Every college student and their family realize that paying for college is a major obstacle and even though the problem of college cost and graduate debt is being talked about in the media and the government, still the cost of college and the average debt continues to rise. The Institute for College Access & Success collected data from 1,057 public and private nonprofit colleges and found that 2/3 of college seniors in 2011 averaged $26,000 of student loan debt. There was great variation between and within states concerning average debt per graduate. However, several trends emerged. Schools located in the Midwest and Northeast have higher average debt, while schools in the West and the South are lower. Private nonprofit colleges have higher average debt than public schools, but there are exceptions caused by factors such as financial aid endowment resources, financial aid packaging policies, and cost of living in the area. It is thought that private for-profit colleges have the highest debt but they are not obligated to share their figures so that data was not available for this study.
There are many factors that contribute to this problem with debt and paying it off upon graduation. When choosing a college, most students and families judge the affordability of each school based on the tuition but don’t consider the full “cost of attendance” which includes cost of books and supplies, living expenses, transportation, and other miscellaneous personal expenses, which can significantly increase the cost of attendance. In terms of loans, federal loans are typically easier to pay off than private loans, which make up about 1/5 of student debt. These private loans have higher interest rates and don’t have basic consumer protection and flexible repayment methods like federal loans do. However, many financial aid offices do not offer counseling to educate students on federal aid availability and some even include private loans in their preliminary financial packages. The majority of undergraduates who take out risky private loans have not used up all of their available federal loan options. Finally, once students graduate, they are faced with a difficult job market and a bad economy, making it difficult to pay all of these loans back.

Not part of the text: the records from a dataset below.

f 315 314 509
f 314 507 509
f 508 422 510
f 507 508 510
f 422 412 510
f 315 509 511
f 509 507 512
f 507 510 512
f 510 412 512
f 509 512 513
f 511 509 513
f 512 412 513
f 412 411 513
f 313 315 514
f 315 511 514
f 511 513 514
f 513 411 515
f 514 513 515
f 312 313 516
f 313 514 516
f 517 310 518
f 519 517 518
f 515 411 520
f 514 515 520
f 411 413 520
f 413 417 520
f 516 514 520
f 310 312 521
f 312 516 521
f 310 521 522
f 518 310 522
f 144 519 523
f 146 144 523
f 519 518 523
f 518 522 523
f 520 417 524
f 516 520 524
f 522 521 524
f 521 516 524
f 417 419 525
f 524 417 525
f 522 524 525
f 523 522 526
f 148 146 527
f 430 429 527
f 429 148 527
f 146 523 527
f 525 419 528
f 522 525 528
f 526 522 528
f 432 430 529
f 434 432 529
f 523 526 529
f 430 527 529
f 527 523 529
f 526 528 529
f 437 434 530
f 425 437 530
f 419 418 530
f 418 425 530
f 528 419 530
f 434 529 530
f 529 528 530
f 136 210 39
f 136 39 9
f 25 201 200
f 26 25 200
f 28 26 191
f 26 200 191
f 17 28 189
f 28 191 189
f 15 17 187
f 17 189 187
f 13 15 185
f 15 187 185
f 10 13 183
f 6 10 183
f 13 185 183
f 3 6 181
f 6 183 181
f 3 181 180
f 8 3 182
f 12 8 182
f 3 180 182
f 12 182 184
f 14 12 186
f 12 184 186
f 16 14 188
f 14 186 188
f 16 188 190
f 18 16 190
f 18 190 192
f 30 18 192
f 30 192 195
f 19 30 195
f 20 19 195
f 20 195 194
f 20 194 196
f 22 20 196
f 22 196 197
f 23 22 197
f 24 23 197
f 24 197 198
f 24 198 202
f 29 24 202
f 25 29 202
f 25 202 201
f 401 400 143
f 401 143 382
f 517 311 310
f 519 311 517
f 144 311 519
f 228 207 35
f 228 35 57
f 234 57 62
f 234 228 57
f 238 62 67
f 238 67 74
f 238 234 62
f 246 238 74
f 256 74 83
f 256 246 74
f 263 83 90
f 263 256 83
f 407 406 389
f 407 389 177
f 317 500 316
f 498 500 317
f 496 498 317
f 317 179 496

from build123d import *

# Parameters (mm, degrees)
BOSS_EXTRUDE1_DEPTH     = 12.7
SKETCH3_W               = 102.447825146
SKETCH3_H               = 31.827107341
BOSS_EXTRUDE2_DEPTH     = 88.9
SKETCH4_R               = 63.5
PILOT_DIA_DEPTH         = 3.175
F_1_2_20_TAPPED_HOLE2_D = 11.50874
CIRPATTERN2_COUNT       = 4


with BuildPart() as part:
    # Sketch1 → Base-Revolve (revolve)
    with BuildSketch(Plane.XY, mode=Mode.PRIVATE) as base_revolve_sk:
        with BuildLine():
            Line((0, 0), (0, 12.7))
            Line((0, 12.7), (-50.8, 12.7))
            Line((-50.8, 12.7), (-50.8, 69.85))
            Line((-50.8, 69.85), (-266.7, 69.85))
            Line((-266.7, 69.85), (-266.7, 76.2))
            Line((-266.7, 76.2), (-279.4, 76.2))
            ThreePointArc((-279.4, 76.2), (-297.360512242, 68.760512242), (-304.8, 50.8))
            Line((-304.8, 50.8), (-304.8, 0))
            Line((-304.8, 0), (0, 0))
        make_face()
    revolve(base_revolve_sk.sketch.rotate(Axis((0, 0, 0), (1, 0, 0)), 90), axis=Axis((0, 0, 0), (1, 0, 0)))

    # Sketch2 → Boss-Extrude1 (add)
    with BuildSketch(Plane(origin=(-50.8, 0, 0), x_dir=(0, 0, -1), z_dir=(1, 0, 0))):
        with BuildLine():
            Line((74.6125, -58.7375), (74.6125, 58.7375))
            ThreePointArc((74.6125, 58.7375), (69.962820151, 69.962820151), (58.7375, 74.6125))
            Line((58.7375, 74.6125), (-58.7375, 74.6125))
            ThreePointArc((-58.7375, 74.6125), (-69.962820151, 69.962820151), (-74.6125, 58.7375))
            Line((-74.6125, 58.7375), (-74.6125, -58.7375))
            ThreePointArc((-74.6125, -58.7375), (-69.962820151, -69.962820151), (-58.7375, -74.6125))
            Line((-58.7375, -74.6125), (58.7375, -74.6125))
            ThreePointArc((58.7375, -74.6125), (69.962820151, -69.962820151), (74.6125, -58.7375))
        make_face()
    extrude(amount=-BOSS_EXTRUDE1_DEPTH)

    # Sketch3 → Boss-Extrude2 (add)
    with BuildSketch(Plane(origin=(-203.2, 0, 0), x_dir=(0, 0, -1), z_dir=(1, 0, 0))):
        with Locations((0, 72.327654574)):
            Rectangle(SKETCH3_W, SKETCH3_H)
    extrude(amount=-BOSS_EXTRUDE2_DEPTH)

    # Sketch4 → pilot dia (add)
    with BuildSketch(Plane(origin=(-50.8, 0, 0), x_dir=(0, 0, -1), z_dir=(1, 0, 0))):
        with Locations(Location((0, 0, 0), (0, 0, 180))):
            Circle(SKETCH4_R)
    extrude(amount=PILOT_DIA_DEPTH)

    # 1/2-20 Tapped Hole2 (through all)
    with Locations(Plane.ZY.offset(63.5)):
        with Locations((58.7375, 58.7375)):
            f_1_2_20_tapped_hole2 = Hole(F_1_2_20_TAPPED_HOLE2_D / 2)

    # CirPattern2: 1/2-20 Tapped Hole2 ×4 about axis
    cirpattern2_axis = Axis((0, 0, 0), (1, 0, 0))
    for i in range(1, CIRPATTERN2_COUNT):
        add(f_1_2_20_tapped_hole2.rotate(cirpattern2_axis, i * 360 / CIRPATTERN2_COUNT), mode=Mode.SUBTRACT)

The unemployment rate for 2011 undergraduates is 8.8% and many of those with jobs are considered underemployed; out of the graduates who wanted to work full time 19.1% were either part-time or had given up looking for a job, and 37.8% of the employed graduates held a job that didn’t require a degree. While a college degree gives graduate a better chance than those with only a high school degree, these employment difficulties make it very difficult for grads to pay off their loans in time.
This report made by The Institute for College Access & Success summarized some recommendations from their national policy agenda to address rising student debt. First, they suggest improving and promoting tools that allow students and their families to better assess and compare the affordability of different colleges, such as a college scorecard, net price calculator, and a “shopping sheet”. Also more data needs to be collected on debt at graduation for each college and other statistics. This data would be collected straight from the lender so that the borrower can see all their loans in one place and assess their total student debt. They also want to reduce the need for students to borrow by offering more need-based grant aid and tax credits, which will hopefully reduce the amount of risky private loans that students get. Financial aid offices should also offer counseling so students are aware of all their options and don’t miss out on opportunities for federal loans that are easier to pay off and educating them on helpful repayment options, such as income-based repayment. Hopefully with progressive ideas like these the average student debt will finally start to decrease, giving even more people the opportunity to a college education.
Reference: Reed, Matthew and Debbie Cochrane. “Student Debt and the Class of 2011”. The Project of Student Debt. The Institute for College Access & Success. October 2012, Washington D.C.